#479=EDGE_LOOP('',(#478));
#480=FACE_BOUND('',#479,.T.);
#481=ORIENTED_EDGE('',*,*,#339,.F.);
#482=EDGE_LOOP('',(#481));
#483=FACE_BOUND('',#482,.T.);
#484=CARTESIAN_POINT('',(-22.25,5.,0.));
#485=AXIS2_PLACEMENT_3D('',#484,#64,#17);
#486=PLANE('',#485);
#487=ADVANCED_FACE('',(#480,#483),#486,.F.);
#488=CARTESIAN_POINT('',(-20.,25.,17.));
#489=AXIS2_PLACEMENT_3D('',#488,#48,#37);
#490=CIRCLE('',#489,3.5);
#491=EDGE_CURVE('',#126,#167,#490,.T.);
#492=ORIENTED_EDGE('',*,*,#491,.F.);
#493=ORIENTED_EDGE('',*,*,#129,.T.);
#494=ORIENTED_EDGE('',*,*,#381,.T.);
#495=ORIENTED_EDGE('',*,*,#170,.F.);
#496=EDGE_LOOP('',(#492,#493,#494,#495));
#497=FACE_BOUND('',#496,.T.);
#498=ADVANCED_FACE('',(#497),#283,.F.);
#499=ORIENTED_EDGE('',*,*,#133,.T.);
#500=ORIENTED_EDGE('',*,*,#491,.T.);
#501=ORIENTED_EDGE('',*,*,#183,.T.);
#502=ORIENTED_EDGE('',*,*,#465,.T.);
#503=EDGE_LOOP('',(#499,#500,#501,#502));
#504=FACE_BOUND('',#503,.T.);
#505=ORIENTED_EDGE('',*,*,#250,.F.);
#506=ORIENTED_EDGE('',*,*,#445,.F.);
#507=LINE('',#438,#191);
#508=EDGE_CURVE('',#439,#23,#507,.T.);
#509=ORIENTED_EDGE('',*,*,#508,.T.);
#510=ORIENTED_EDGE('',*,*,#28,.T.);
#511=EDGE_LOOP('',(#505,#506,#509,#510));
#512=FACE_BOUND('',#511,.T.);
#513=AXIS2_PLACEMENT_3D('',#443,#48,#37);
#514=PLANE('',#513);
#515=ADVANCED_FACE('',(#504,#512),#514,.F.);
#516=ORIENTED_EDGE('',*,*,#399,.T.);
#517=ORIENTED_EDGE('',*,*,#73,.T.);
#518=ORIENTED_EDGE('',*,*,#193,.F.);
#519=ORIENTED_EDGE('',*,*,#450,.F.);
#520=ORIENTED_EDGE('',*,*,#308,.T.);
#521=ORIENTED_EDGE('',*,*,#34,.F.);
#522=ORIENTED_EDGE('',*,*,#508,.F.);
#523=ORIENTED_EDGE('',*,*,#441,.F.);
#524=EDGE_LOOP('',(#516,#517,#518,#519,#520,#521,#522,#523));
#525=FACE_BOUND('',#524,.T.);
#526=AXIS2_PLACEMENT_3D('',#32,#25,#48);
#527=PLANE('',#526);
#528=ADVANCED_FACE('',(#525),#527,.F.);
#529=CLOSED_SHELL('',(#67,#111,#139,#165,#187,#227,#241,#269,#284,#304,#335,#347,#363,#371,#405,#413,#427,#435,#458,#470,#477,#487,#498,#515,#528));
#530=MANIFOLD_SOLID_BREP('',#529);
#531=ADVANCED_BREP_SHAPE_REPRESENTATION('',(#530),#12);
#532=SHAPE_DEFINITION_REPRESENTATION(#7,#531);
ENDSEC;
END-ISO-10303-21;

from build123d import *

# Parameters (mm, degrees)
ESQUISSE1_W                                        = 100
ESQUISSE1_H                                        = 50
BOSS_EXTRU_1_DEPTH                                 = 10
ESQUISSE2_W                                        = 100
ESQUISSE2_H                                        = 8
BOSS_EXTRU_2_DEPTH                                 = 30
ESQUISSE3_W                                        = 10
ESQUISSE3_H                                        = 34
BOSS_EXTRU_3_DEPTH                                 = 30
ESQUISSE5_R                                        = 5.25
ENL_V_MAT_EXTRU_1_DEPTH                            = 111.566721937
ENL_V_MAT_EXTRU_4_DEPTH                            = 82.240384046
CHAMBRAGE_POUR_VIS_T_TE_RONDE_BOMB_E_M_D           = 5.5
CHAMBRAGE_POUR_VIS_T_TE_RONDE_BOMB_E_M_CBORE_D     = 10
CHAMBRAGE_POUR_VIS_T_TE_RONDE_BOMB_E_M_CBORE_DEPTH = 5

****

Return every line above exactly.

▸ **Answer box**:
#479=EDGE_LOOP('',(#478));
#480=FACE_BOUND('',#479,.T.);
#481=ORIENTED_EDGE('',*,*,#339,.F.);
#482=EDGE_LOOP('',(#481));
#483=FACE_BOUND('',#482,.T.);
#484=CARTESIAN_POINT('',(-22.25,5.,0.));
#485=AXIS2_PLACEMENT_3D('',#484,#64,#17);
#486=PLANE('',#485);
#487=ADVANCED_FACE('',(#480,#483),#486,.F.);
#488=CARTESIAN_POINT('',(-20.,25.,17.));
#489=AXIS2_PLACEMENT_3D('',#488,#48,#37);
#490=CIRCLE('',#489,3.5);
#491=EDGE_CURVE('',#126,#167,#490,.T.);
#492=ORIENTED_EDGE('',*,*,#491,.F.);
#493=ORIENTED_EDGE('',*,*,#129,.T.);
#494=ORIENTED_EDGE('',*,*,#381,.T.);
#495=ORIENTED_EDGE('',*,*,#170,.F.);
#496=EDGE_LOOP('',(#492,#493,#494,#495));
#497=FACE_BOUND('',#496,.T.);
#498=ADVANCED_FACE('',(#497),#283,.F.);
#499=ORIENTED_EDGE('',*,*,#133,.T.);
#500=ORIENTED_EDGE('',*,*,#491,.T.);
#501=ORIENTED_EDGE('',*,*,#183,.T.);
#502=ORIENTED_EDGE('',*,*,#465,.T.);
#503=EDGE_LOOP('',(#499,#500,#501,#502));
#504=FACE_BOUND('',#503,.T.);
#505=ORIENTED_EDGE('',*,*,#250,.F.);
#506=ORIENTED_EDGE('',*,*,#445,.F.);
#507=LINE('',#438,#191);
#508=EDGE_CURVE('',#439,#23,#507,.T.);
#509=ORIENTED_EDGE('',*,*,#508,.T.);
#510=ORIENTED_EDGE('',*,*,#28,.T.);
#511=EDGE_LOOP('',(#505,#506,#509,#510));
#512=FACE_BOUND('',#511,.T.);
#513=AXIS2_PLACEMENT_3D('',#443,#48,#37);
#514=PLANE('',#513);
#515=ADVANCED_FACE('',(#504,#512),#514,.F.);
#516=ORIENTED_EDGE('',*,*,#399,.T.);
#517=ORIENTED_EDGE('',*,*,#73,.T.);
#518=ORIENTED_EDGE('',*,*,#193,.F.);
#519=ORIENTED_EDGE('',*,*,#450,.F.);
#520=ORIENTED_EDGE('',*,*,#308,.T.);
#521=ORIENTED_EDGE('',*,*,#34,.F.);
#522=ORIENTED_EDGE('',*,*,#508,.F.);
#523=ORIENTED_EDGE('',*,*,#441,.F.);
#524=EDGE_LOOP('',(#516,#517,#518,#519,#520,#521,#522,#523));
#525=FACE_BOUND('',#524,.T.);
#526=AXIS2_PLACEMENT_3D('',#32,#25,#48);
#527=PLANE('',#526);
#528=ADVANCED_FACE('',(#525),#527,.F.);
#529=CLOSED_SHELL('',(#67,#111,#139,#165,#187,#227,#241,#269,#284,#304,#335,#347,#363,#371,#405,#413,#427,#435,#458,#470,#477,#487,#498,#515,#528));
#530=MANIFOLD_SOLID_BREP('',#529);
#531=ADVANCED_BREP_SHAPE_REPRESENTATION('',(#530),#12);
#532=SHAPE_DEFINITION_REPRESENTATION(#7,#531);
ENDSEC;
END-ISO-10303-21;

from build123d import *

# Parameters (mm, degrees)
ESQUISSE1_W                                        = 100
ESQUISSE1_H                                        = 50
BOSS_EXTRU_1_DEPTH                                 = 10
ESQUISSE2_W                                        = 100
ESQUISSE2_H                                        = 8
BOSS_EXTRU_2_DEPTH                                 = 30
ESQUISSE3_W                                        = 10
ESQUISSE3_H                                        = 34
BOSS_EXTRU_3_DEPTH                                 = 30
ESQUISSE5_R                                        = 5.25
ENL_V_MAT_EXTRU_1_DEPTH                            = 111.566721937
ENL_V_MAT_EXTRU_4_DEPTH                            = 82.240384046
CHAMBRAGE_POUR_VIS_T_TE_RONDE_BOMB_E_M_D           = 5.5
CHAMBRAGE_POUR_VIS_T_TE_RONDE_BOMB_E_M_CBORE_D     = 10
CHAMBRAGE_POUR_VIS_T_TE_RONDE_BOMB_E_M_CBORE_DEPTH = 5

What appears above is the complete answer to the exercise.